M. Courtois was much moved to find, so much sensibility in a detective. The latter, as he continued to ascend, went on:
"The wretches! They don't often leave traces like this everywhere - or at least they wipe them out."
On gaining the first landing, and the door of the boudoir which led into the chamber, he stopped, eagerly scanning, before he entered, the position of the rooms.
Then he entered the boudoir, saying:
"Come; I don't see my way clear yet."
"But it seems to me," remarked the judge, "that we have already important materials to aid your task. It is clear that Guespin, if he is not an accomplice, at least knew something about the crime."
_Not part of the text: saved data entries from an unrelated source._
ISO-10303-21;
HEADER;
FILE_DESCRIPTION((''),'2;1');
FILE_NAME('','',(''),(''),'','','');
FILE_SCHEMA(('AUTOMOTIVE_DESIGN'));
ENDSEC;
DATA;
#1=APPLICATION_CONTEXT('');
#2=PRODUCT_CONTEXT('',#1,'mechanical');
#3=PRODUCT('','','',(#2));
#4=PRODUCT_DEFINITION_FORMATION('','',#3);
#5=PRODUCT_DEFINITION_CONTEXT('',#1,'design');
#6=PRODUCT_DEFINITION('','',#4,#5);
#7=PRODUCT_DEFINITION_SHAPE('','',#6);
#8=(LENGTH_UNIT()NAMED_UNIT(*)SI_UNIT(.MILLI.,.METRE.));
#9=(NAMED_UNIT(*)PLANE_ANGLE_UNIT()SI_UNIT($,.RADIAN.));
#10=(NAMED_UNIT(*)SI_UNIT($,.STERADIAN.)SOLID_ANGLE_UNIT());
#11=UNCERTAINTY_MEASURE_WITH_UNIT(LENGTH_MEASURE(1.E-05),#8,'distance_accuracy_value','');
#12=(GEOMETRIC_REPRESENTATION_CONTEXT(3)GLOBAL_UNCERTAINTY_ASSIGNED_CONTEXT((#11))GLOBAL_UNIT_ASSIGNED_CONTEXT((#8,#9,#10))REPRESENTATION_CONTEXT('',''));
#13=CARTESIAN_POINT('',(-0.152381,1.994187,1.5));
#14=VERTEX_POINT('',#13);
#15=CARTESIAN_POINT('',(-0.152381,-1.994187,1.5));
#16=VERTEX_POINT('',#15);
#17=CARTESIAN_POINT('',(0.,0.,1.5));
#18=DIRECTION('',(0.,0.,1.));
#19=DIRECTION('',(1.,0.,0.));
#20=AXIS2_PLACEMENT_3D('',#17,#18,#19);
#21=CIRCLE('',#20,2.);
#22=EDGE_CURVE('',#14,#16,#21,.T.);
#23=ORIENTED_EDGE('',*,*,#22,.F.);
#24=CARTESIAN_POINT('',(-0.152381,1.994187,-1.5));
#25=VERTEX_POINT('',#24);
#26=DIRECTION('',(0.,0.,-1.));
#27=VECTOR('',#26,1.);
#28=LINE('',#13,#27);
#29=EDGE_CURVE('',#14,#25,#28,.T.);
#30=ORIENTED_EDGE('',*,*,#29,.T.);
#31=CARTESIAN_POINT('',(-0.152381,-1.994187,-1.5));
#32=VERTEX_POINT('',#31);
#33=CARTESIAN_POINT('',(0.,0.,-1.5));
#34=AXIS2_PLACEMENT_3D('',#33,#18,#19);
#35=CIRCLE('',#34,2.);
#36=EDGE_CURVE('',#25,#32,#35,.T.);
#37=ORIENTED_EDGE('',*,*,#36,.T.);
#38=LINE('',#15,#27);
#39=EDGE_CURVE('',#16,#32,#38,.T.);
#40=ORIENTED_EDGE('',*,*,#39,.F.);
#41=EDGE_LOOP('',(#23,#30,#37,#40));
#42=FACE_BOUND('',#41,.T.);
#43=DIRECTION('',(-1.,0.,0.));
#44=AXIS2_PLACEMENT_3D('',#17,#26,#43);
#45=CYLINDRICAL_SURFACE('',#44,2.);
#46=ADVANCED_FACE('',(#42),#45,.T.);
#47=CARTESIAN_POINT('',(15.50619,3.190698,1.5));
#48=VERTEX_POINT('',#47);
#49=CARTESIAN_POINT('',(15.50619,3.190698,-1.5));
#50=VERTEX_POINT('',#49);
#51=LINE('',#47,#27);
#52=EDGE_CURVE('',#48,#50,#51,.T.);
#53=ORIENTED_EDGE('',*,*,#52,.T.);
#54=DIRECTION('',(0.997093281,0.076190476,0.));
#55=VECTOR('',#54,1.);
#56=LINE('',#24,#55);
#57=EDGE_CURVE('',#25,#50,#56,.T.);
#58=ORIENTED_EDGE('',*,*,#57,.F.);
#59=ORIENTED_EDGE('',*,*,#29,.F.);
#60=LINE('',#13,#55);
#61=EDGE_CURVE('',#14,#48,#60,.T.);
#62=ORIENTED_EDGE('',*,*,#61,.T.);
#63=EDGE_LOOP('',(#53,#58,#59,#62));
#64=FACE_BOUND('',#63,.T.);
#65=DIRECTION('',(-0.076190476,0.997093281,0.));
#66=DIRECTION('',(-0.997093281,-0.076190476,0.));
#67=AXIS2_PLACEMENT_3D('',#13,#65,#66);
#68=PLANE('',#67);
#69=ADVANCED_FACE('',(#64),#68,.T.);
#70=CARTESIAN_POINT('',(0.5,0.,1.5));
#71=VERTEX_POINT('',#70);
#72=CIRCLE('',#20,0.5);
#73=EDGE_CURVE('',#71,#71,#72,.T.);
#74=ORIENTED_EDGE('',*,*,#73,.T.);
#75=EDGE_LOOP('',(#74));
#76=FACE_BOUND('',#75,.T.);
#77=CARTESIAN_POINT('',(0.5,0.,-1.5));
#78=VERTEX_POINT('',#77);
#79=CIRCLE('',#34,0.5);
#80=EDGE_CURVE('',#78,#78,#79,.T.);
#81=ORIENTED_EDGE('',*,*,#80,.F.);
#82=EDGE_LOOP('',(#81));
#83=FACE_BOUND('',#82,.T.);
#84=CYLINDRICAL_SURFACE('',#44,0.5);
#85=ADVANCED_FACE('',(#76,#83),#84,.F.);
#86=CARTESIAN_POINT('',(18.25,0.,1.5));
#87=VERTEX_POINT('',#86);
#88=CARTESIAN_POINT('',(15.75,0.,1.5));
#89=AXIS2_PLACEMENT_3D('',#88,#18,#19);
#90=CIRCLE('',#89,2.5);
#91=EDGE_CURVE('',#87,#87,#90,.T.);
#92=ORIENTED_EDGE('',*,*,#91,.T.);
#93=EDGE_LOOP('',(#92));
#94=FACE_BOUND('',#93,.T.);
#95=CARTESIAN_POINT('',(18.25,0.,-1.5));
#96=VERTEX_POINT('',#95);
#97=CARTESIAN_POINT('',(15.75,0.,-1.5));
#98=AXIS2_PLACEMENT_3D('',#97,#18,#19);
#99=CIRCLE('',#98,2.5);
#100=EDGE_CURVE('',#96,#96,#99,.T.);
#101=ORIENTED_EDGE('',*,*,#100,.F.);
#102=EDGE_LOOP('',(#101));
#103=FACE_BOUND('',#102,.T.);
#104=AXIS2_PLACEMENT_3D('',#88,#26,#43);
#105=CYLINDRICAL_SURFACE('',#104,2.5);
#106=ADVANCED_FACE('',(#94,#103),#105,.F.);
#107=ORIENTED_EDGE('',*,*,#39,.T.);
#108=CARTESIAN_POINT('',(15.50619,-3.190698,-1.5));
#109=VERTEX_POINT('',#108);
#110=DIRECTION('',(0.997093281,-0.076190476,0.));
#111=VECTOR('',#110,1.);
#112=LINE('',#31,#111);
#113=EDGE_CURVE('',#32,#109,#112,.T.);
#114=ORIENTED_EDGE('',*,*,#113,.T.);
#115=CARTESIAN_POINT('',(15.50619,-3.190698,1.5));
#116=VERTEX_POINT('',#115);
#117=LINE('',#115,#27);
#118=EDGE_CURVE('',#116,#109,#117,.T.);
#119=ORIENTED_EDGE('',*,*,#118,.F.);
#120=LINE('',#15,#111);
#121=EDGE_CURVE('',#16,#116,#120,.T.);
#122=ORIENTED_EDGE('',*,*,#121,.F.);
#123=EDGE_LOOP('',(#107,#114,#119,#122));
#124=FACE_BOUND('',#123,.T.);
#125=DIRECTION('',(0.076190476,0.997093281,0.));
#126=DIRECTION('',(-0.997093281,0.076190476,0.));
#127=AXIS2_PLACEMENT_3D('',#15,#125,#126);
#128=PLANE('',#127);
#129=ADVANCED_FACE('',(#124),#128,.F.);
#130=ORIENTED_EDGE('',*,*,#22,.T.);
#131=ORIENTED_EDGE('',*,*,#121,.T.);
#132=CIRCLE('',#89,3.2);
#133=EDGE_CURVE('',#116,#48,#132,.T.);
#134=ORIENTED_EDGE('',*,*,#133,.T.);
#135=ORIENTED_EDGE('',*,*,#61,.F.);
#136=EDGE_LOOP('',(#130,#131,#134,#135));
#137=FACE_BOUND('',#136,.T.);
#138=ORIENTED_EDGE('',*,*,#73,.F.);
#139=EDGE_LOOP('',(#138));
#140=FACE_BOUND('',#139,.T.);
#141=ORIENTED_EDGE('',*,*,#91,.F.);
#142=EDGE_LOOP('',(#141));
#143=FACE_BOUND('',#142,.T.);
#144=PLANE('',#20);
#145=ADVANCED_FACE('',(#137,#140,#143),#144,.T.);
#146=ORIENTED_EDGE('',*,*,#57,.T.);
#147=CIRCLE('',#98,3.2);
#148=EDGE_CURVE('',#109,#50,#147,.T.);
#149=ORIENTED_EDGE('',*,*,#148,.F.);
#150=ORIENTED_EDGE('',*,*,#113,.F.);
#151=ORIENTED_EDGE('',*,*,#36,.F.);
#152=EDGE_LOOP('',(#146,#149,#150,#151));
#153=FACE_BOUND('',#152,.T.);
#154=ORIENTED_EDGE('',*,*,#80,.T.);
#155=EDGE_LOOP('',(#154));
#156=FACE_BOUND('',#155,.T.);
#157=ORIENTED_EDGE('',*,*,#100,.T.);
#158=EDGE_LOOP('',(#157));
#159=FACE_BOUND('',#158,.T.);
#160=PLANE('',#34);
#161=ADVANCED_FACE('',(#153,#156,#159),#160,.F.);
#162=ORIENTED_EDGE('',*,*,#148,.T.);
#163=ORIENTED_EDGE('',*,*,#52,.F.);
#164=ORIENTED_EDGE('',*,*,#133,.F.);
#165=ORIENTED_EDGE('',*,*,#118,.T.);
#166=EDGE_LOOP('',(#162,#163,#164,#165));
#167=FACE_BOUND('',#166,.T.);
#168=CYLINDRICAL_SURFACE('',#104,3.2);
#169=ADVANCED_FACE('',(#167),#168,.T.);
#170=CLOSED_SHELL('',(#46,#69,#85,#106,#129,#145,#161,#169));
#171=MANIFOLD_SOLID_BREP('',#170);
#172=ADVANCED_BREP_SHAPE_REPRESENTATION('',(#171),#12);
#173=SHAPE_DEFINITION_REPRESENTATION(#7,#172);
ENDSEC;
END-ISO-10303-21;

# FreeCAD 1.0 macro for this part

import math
import FreeCAD as App
import Part
import Sketcher

doc = App.newDocument("Part")
params = doc.addObject("Spreadsheet::Sheet", "Params")
for row, (alias, value) in enumerate([
    ("sketch1_diameter", "1 mm"),
    ("sketch1_diameter2", "5 mm"),
    ("sketch1_radius", "2 mm"),
    ("sketch1_radius2", "3.2 mm"),
    ("pad1_length", "3 mm"),
], start=1):
    params.set(f"A{row}", alias)
    params.set(f"B{row}", "=" + value)
    params.setAlias(f"B{row}", alias)

body = doc.addObject("PartDesign::Body", "Body")

sketch1 = doc.addObject("Sketcher::SketchObject", "Sketch")
body.addObject(sketch1)
sketch1.AttachmentSupport = (doc.XY_Plane, [""])
sketch1.MapMode = "FlatFace"
sketch1.addGeometry(Part.ArcOfCircle(Part.Circle(App.Vector(0, 0, 0), App.Vector(0, 0, 1), 2), math.radians(94), math.radians(266)), False)
sketch1.addGeometry(Part.LineSegment(App.Vector(-0.2, -2, 0), App.Vector(15.5, -3.2, 0)), False)
sketch1.addGeometry(Part.ArcOfCircle(Part.Circle(App.Vector(15.8, 0, 0), App.Vector(0, 0, 1), 3.2), math.radians(-94), math.radians(94)), False)
sketch1.addGeometry(Part.LineSegment(App.Vector(15.5, 3.2, 0), App.Vector(-0.2, 2, 0)), False)
sketch1.addGeometry(Part.Circle(App.Vector(0, 0, 0), App.Vector(0, 0, 1), 0.5), False)
sketch1.addGeometry(Part.Circle(App.Vector(15.8, 0, 0), App.Vector(0, 0, 1), 2.5), False)
sketch1.addConstraint(Sketcher.Constraint("Tangent", 0, 2, 1, 1))
sketch1.addConstraint(Sketcher.Constraint("Tangent", 1, 2, 2, 1))
sketch1.addConstraint(Sketcher.Constraint("Tangent", 2, 2, 3, 1))
sketch1.addConstraint(Sketcher.Constraint("Tangent", 3, 2, 0, 1))
sketch1.addConstraint(Sketcher.Constraint("Coincident", 0, 3, -1, 1))
sketch1.addConstraint(Sketcher.Constraint("Coincident", 4, 3, -1, 1))
sketch1.addConstraint(Sketcher.Constraint("Coincident", 5, 3, 2, 3))
sketch1.addConstraint(Sketcher.Constraint("PointOnObject", 2, 3, -1))
sketch1.addConstraint(Sketcher.Constraint("Diameter", 4, 1.0))
sketch1.addConstraint(Sketcher.Constraint("Diameter", 5, 5.0))
sketch1.addConstraint(Sketcher.Constraint("Radius", 0, 2.0))
sketch1.addConstraint(Sketcher.Constraint("Radius", 2, 3.2))
sketch1.addConstraint(Sketcher.Constraint("DistanceX", -1, 1, 2, 3, 15.75))
sketch1.setExpression("Constraints[8]", "Params.sketch1_diameter")
sketch1.setExpression("Constraints[9]", "Params.sketch1_diameter2")
sketch1.setExpression("Constraints[10]", "Params.sketch1_radius")
sketch1.setExpression("Constraints[11]", "Params.sketch1_radius2")
pad1 = doc.addObject("PartDesign::Pad", "Pad")
body.addObject(pad1)
pad1.Profile = sketch1
pad1.setExpression("Length", "Params.pad1_length")
pad1.Midplane = True

doc.recompute()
M. Lecoq had recourse to the portrait in the lozenge-box. It was more than a glance, it was a confidence. He evidently said something to the dear defunct, which he dared not say aloud.
"I see that Guespin is seriously compromised," resumed he. "Why didn't he want to tell where he passed the night? But, then, public opinion is against him, and I naturally distrust that."
The detective stood alone in the middle of the room, the rest, at his request, remained at the threshold, and looking keenly about him, searched for some explanation of the frightful disorder of the apartment.
"Fools!" cried he, in an irritated tone, "double brutes! Because they murder people so as to rob them, is no reason why they should break everything in the house. Sharp folks don't smash up furniture; they carry pretty picklocks, which work well and make no noise. Idiots! one would say - "
He stopped with his mouth wide open.
"Eh! Not so bungling, after all, perhaps."
The witnesses of this scene remained motionless at the door, following, with an interest mingled with surprise, the detective's movements.
Kneeling down, he passed his flat palm over the thick carpet, among the broken porcelain.
"It's damp; very damp. The tea was not all drunk, it seems, when the cups were broken."
"Some tea might have remained in the teapot," suggested Plantat.
"I know it," answered M. Lecoq, "just what I was going to say. So that this dampness cannot tell us the exact moment when the crime was committed."
"But the clock does, and very exactly," interrupted the mayor.
"The mayor," said M. Domini, "in his notes, well explains that the movements of the clock stopped when it fell."
"But see here," said M. Plantat, "it was the odd hour marked by that clock that struck me. The hands point to twenty minutes past three; yet we know that the countess was fully dressed, when she was struck. Was she up taking tea at three in the morning? It's hardly probable."
I, too, was struck with that circumstance," returned M. Lecoq, "and that's why I said, 'not so stupid!' Well, let's see."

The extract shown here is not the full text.